Avis de Tahafut ad-djahlat : "Monument"
L'Opération Walkyrie est un épisode connu et assez bien documenté dans l'historiographie. Le témoignage laissé par P. F. von Boeselager est court et paraîtra lacunaire à qui aime les descriptions minutieuses et les enquêtes historiques qui sacrifient à la contextualisation et à l'érudition. Ce livre est le témoignage d'un homme âgé, au style net, à qui la fréquentation du public a intimé l'ordre d'être bref. Et il se peut que cette exigence des générations actuelles se marie assez bien avec son tempérament vif et dynamique.
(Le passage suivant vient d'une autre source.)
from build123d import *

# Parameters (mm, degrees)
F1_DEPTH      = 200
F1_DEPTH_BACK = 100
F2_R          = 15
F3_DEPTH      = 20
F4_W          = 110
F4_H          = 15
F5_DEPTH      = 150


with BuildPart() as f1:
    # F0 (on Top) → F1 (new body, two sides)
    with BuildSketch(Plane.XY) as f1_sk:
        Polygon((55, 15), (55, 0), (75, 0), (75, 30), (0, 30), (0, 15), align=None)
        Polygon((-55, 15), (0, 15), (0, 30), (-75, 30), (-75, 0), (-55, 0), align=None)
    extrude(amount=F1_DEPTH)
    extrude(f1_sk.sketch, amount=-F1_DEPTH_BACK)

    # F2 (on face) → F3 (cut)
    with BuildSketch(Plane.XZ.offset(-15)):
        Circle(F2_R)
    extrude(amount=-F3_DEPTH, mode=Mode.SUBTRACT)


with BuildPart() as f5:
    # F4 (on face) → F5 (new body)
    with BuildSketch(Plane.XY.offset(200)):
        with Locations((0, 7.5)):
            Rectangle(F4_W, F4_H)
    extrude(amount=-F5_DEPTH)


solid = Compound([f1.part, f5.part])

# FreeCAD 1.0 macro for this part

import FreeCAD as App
import Part
import Sketcher
from FreeCAD import Vector
Q = App.Units.Quantity


def add_polygon(sketch, points):
    """Adds a closed chain of lines whose ends are joined by coincident constraints."""
    first, n = sketch.GeometryCount, len(points)
    for a, b in zip(points, points[1:] + points[:1]):
        sketch.addGeometry(Part.LineSegment(App.Vector(*a, 0), App.Vector(*b, 0)), False)
    for i in range(n):
        sketch.addConstraint(Sketcher.Constraint("Coincident", first + i, 2, first + (i + 1) % n, 1))

doc = App.newDocument("Part")
body = doc.addObject("PartDesign::Body", "Body")

# Sketch on XY plane
sketch1 = body.newObject("Sketcher::SketchObject", "Sketch")
sketch1.AttachmentSupport = (doc.getObject("XY_Plane"), [""])
sketch1.MapMode = "FlatFace"
add_polygon(sketch1, [(55, 15), (55, 0), (75, 0), (75, 30), (-75, 30), (-75, 0), (-55, 0), (-55, 15)])  # lines 0-7
sketch1.addConstraint([
    Sketcher.Constraint("Vertical", 0),
    Sketcher.Constraint("Horizontal", 1),
    Sketcher.Constraint("Vertical", 2),
    Sketcher.Constraint("Horizontal", 3),
    Sketcher.Constraint("Vertical", 4),
    Sketcher.Constraint("Horizontal", 5),
    Sketcher.Constraint("Vertical", 6),
    Sketcher.Constraint("Horizontal", 7),
    Sketcher.Constraint("Symmetric", 1, 2, 4, 2, -1, 1),
    Sketcher.Constraint("Symmetric", 0, 2, 5, 2, -2),
    Sketcher.Constraint("DistanceX", 1, 1, 1, 2, Q("20 mm")),
    Sketcher.Constraint("DistanceX", 3, 2, 3, 1, Q("150 mm")),
    Sketcher.Constraint("DistanceY", 0, 2, 0, 1, Q("15 mm")),
    Sketcher.Constraint("DistanceY", 2, 1, 2, 2, Q("30 mm")),
])
pad1 = body.newObject("PartDesign::Pad", "Pad")
pad1.Profile = sketch1
pad1.Type = "TwoLengths"
pad1.Length = 200
pad1.Length2 = 100

# Sketch on XZ plane
sketch2 = body.newObject("Sketcher::SketchObject", "Sketch001")
sketch2.AttachmentSupport = (doc.getObject("XZ_Plane"), [""])
sketch2.MapMode = "FlatFace"
sketch2.AttachmentOffset = App.Placement(Vector(0, 0, -15), App.Rotation())
sketch2.addGeometry(Part.Circle(Vector(0, 0, 0), Vector(0, 0, 1), 15), False)
sketch2.addConstraint([
    Sketcher.Constraint("Coincident", 0, 3, -1, 1),
    Sketcher.Constraint("Diameter", 0, Q("30 mm")),
])
pocket1 = body.newObject("PartDesign::Pocket", "Pocket")
pocket1.Profile = sketch2
pocket1.Length = 20
body2 = doc.addObject("PartDesign::Body", "Body001")

# Sketch on XY plane
sketch3 = body2.newObject("Sketcher::SketchObject", "Sketch002")
sketch3.AttachmentSupport = (doc.getObject("XY_Plane001"), [""])
sketch3.MapMode = "FlatFace"
sketch3.AttachmentOffset = App.Placement(Vector(0, 0, 200), App.Rotation())
add_polygon(sketch3, [(-55, 15), (-55, 0), (55, 0), (55, 15)])  # lines 0-3
sketch3.addConstraint([
    Sketcher.Constraint("Vertical", 0),
    Sketcher.Constraint("Horizontal", 1),
    Sketcher.Constraint("Vertical", 2),
    Sketcher.Constraint("Horizontal", 3),
    Sketcher.Constraint("Symmetric", 0, 2, 1, 2, -1, 1),
    Sketcher.Constraint("DistanceX", 1, 1, 1, 2, Q("110 mm")),
    Sketcher.Constraint("DistanceY", 0, 2, 0, 1, Q("15 mm")),
])
pad2 = body2.newObject("PartDesign::Pad", "Pad001")
pad2.Profile = sketch3
pad2.Length = 150
pad2.Reversed = True

doc.recompute()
On peut cependant regretter l'absence totale d'iconographie dans l'édition de poche.
L'absence de cartes (notamment du Front de l'est) et de photographies permettant aux jeunes lecteurs de comprendre à qui il a affaire (les régiments de cavalerie de la Wehrmacht sont mal connus du public, habitué à la gloriole des unités motorisées de l'époque) est sans doute un défaut majeur de ce livre. Il faut se contenter de la belle photographie de couverture, assez suggestive, où se superposent la physionomie du dictateur et celle du jeune officier, que tout oppose.
Le récit qui ouvre le livre est essentiel: toute prise de conscience rapide capable de pousser aux actions dangereuses est préparée par des années d'éducation, où se mêlent l'étude, l'instruction reçue en famille, et les périodes de rêverie et de loisir - les pages consacrées à la nature et à la chasse sont très nombreuses, et ce n'est pas de l'encre perdue.
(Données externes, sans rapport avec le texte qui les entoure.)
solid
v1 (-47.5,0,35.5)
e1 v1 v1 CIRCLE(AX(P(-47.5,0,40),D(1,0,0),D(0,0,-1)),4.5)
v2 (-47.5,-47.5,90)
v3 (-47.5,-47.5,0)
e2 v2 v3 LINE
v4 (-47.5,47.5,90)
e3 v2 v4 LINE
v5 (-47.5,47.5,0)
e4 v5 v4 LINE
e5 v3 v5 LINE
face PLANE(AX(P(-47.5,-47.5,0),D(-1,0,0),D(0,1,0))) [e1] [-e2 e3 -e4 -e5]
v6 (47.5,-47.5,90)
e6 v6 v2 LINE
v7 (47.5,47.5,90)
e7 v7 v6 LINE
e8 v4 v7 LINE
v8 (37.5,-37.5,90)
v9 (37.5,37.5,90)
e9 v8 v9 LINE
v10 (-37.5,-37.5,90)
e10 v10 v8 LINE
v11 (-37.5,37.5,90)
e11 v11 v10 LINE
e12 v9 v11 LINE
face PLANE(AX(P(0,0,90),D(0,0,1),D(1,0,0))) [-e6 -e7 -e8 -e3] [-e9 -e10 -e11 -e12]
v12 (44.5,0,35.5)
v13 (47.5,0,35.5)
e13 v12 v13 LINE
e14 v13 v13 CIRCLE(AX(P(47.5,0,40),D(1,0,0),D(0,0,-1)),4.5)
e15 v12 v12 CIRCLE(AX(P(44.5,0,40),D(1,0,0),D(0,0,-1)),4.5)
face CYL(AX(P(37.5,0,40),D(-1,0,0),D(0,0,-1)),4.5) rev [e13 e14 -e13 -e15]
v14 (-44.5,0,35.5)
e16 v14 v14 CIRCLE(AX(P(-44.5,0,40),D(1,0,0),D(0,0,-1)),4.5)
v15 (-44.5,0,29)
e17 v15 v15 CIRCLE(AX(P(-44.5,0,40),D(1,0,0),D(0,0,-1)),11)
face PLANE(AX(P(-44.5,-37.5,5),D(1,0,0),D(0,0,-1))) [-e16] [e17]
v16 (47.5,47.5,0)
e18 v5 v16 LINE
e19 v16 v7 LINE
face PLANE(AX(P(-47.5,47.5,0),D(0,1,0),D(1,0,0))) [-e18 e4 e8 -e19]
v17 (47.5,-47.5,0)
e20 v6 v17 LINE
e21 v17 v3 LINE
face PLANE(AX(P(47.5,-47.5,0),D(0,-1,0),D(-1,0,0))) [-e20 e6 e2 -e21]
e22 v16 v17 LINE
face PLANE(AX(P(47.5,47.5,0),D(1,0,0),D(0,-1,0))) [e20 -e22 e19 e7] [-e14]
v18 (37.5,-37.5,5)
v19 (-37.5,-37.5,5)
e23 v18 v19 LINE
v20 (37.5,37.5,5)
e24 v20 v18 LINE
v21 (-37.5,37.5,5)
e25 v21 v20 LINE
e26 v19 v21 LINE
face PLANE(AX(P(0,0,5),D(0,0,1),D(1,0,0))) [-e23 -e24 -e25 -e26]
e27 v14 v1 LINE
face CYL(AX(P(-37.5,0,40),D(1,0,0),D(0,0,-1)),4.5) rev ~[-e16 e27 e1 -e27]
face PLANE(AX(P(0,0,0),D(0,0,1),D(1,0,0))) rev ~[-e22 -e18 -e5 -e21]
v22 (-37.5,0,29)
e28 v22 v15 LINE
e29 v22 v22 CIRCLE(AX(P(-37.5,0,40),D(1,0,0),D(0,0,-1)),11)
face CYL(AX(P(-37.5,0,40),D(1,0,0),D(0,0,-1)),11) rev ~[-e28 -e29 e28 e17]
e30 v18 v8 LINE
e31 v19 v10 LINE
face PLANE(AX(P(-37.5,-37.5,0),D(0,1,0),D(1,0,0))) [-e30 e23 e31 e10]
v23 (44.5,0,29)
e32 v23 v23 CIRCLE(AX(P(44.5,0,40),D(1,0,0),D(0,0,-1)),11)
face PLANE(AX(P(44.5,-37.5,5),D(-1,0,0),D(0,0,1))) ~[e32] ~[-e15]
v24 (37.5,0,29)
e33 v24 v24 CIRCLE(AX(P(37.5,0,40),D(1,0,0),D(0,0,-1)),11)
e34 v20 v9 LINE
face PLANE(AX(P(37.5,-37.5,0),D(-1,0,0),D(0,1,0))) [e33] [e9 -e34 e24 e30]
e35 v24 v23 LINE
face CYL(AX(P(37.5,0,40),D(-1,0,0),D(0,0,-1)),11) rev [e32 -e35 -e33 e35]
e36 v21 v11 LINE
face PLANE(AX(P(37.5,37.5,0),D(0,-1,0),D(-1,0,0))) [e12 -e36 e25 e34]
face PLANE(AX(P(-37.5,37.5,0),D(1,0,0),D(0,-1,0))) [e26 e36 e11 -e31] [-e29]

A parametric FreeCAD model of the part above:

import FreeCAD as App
import Part
import Sketcher

V = App.Vector


def add_polygon(sketch, points):
    """Adds a closed chain of lines whose ends are joined by coincident constraints."""
    first, n = sketch.GeometryCount, len(points)
    for a, b in zip(points, points[1:] + points[:1]):
        sketch.addGeometry(Part.LineSegment(App.Vector(*a, 0), App.Vector(*b, 0)), False)
    for i in range(n):
        sketch.addConstraint(Sketcher.Constraint("Coincident", first + i, 2, first + (i + 1) % n, 1))

doc = App.newDocument("Part")
params = doc.addObject("Spreadsheet::Sheet", "Params")
for row, (alias, value) in enumerate([
    ("sketch1_width", "95 mm"),
    ("pad1_length", "5 mm"),
    ("sketch2_width", "75 mm"),
    ("pad2_length", "90 mm"),
    ("sketch3_diameter", "22 mm"),
    ("sketch3_diameter2", "9 mm"),
    ("pocket1_length", "7 mm"),
    ("sketch4_diameter", "9 mm"),
    ("pocket2_length", "10 mm"),
], start=1):
    params.set(f"A{row}", alias)
    params.set(f"B{row}", "=" + value)
    params.setAlias(f"B{row}", alias)

body = doc.addObject("PartDesign::Body", "Body")

# Sketch on XY plane
sketch1 = body.newObject("Sketcher::SketchObject", "Sketch")
sketch1.AttachmentSupport = (doc.getObject("XY_Plane"), [""])
sketch1.MapMode = "FlatFace"
add_polygon(sketch1, [(47.5, -47.5), (47.5, 47.5), (-47.5, 47.5), (-47.5, -47.5)])  # lines 0-3
sketch1.addConstraint([
    Sketcher.Constraint("Vertical", 0),
    Sketcher.Constraint("Horizontal", 1),
    Sketcher.Constraint("Vertical", 2),
    Sketcher.Constraint("Horizontal", 3),
    Sketcher.Constraint("Symmetric", 0, 2, 2, 2, -1, 1),
    Sketcher.Constraint("Equal", 3, 0),
    Sketcher.Constraint("DistanceX", 1, 2, 1, 1, 95.0),
])
sketch1.setExpression("Constraints[10]", "Params.sketch1_width")
pad1 = body.newObject("PartDesign::Pad", "Pad")
pad1.Profile = sketch1
pad1.setExpression("Length", "Params.pad1_length")

# Sketch on XY plane
sketch2 = body.newObject("Sketcher::SketchObject", "Sketch001")
sketch2.AttachmentSupport = (doc.getObject("XY_Plane"), [""])
sketch2.MapMode = "FlatFace"
add_polygon(sketch2, [(47.5, -47.5), (47.5, 47.5), (-47.5, 47.5), (-47.5, -47.5)])  # lines 0-3
add_polygon(sketch2, [(37.5, -37.5), (-37.5, -37.5), (-37.5, 37.5), (37.5, 37.5)])  # lines 4-7
sketch2.addConstraint([
    Sketcher.Constraint("Vertical", 0),
    Sketcher.Constraint("Horizontal", 1),
    Sketcher.Constraint("Vertical", 2),
    Sketcher.Constraint("Horizontal", 3),
    Sketcher.Constraint("Horizontal", 4),
    Sketcher.Constraint("Vertical", 5),
    Sketcher.Constraint("Horizontal", 6),
    Sketcher.Constraint("Vertical", 7),
    Sketcher.Constraint("Symmetric", 0, 2, 2, 2, -1, 1),
    Sketcher.Constraint("Symmetric", 4, 2, 6, 2, -1, 1),
    Sketcher.Constraint("Equal", 3, 0),
    Sketcher.Constraint("Equal", 6, 5),
    Sketcher.Constraint("DistanceX", 4, 2, 4, 1, 75.0),
    Sketcher.Constraint("DistanceX", 2, 2, 4, 2, 10.0),
])
sketch2.setExpression("Constraints[20]", "Params.sketch2_width")
pad2 = body.newObject("PartDesign::Pad", "Pad001")
pad2.Profile = sketch2
pad2.setExpression("Length", "Params.pad2_length")

# Sketch on YZ plane
sketch3 = body.newObject("Sketcher::SketchObject", "Sketch002")
sketch3.AttachmentSupport = (doc.getObject("YZ_Plane"), [""])
sketch3.MapMode = "FlatFace"
sketch3.AttachmentOffset = App.Placement(V(0, 0, -37.5), App.Rotation())
sketch3.addGeometry([
    Part.Circle(V(0, 40, 0), V(0, 0, 1), 11),
    Part.Circle(V(0, 40, 0), V(0, 0, 1), 4.5),
], False)
sketch3.addConstraint([
    Sketcher.Constraint("Coincident", 1, 3, 0, 3),
    Sketcher.Constraint("PointOnObject", 0, 3, -2),
    Sketcher.Constraint("Diameter", 0, 22.0),
    Sketcher.Constraint("Diameter", 1, 9.0),
    Sketcher.Constraint("DistanceY", -1, 1, 0, 3, 40.0),
])
sketch3.setExpression("Constraints[2]", "Params.sketch3_diameter")
sketch3.setExpression("Constraints[3]", "Params.sketch3_diameter2")
pocket1 = body.newObject("PartDesign::Pocket", "Pocket")
pocket1.Profile = sketch3
pocket1.setExpression("Length", "Params.pocket1_length")

# Sketch on YZ plane
sketch4 = body.newObject("Sketcher::SketchObject", "Sketch003")
sketch4.AttachmentSupport = (doc.getObject("YZ_Plane"), [""])
sketch4.MapMode = "FlatFace"
sketch4.AttachmentOffset = App.Placement(V(0, 0, -37.5), App.Rotation())
sketch4.addGeometry(Part.Circle(V(0, 40, 0), V(0, 0, 1), 4.5), False)
sketch4.addConstraint([
    Sketcher.Constraint("PointOnObject", 0, 3, -2),
    Sketcher.Constraint("Diameter", 0, 9.0),
    Sketcher.Constraint("DistanceY", -1, 1, 0, 3, 40.0),
])
sketch4.setExpression("Constraints[1]", "Params.sketch4_diameter")
pocket2 = body.newObject("PartDesign::Pocket", "Pocket001")
pocket2.Profile = sketch4
pocket2.setExpression("Length", "Params.pocket2_length")
doc.recompute()

mirrored = body.newObject("PartDesign::Mirrored", "Mirrored")
mirrored.Originals = [pocket2, pocket1]
mirrored.MirrorPlane = (doc.getObject("YZ_Plane"), [""])
body.Tip = mirrored

doc.recompute()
L'auteur prend soin d'expliquer quels furent les antidotes moraux et spirituels puissants qui le tinrent à l'écart de l'adhésion au parti nazi, et qui lui firent toujours tenir en horreur la mentalité de parvenus et de criminels qui animait Hitler et les SS. Bien des orientations du régime, comme ses décisions les plus meurtrières sur le Front de l'est, sont mises sur le compte d'une détestation de l'ordre ancien que représentent aussi bien l'aristocratie allemande que la discipline et la morale prussienne, dont l'auteur relève la permanence dans quelques personnalités marquantes fréquentées dans les états-majors de la Wehrmacht.
On trouvera là une esquisse très intéressante de la psychologie de l'officier et d'une part de l'armée allemande, dont l'auteur ne se désolidarise jamais. Même aux moments les plus cruciaux du complot, aucun ne songe à autre chose qu'à la préservation des hommes qu'il commande. Les portraits des personnalités exceptionnelles, au premier rang desquelles celle de Tresckow, sont très convaincants et propres à restaurer chez le lecteur français l'estime qu'il peut avoir pour des membres d'une armée ennemie. Les commentaires de lecteurs sur Amazon témoignent de cette incompréhension... Et à la lumière de cette lecture, la photographie de couverture semble annoncer un duel entre méchants, alors qu'il n'en est rien ! La courte postface, écrite par la nièce de l'auteur, rappelle que l'œuvre avortée que fut l'Opération Walkyrie est née d'une inspiration familiale et spirituelle profonde. Ce livre peut se lire comme un musée de l'honneur d'une fratrie, que l'auteur nous invite discrètement à retrouver dans tout un pan du peuple allemand.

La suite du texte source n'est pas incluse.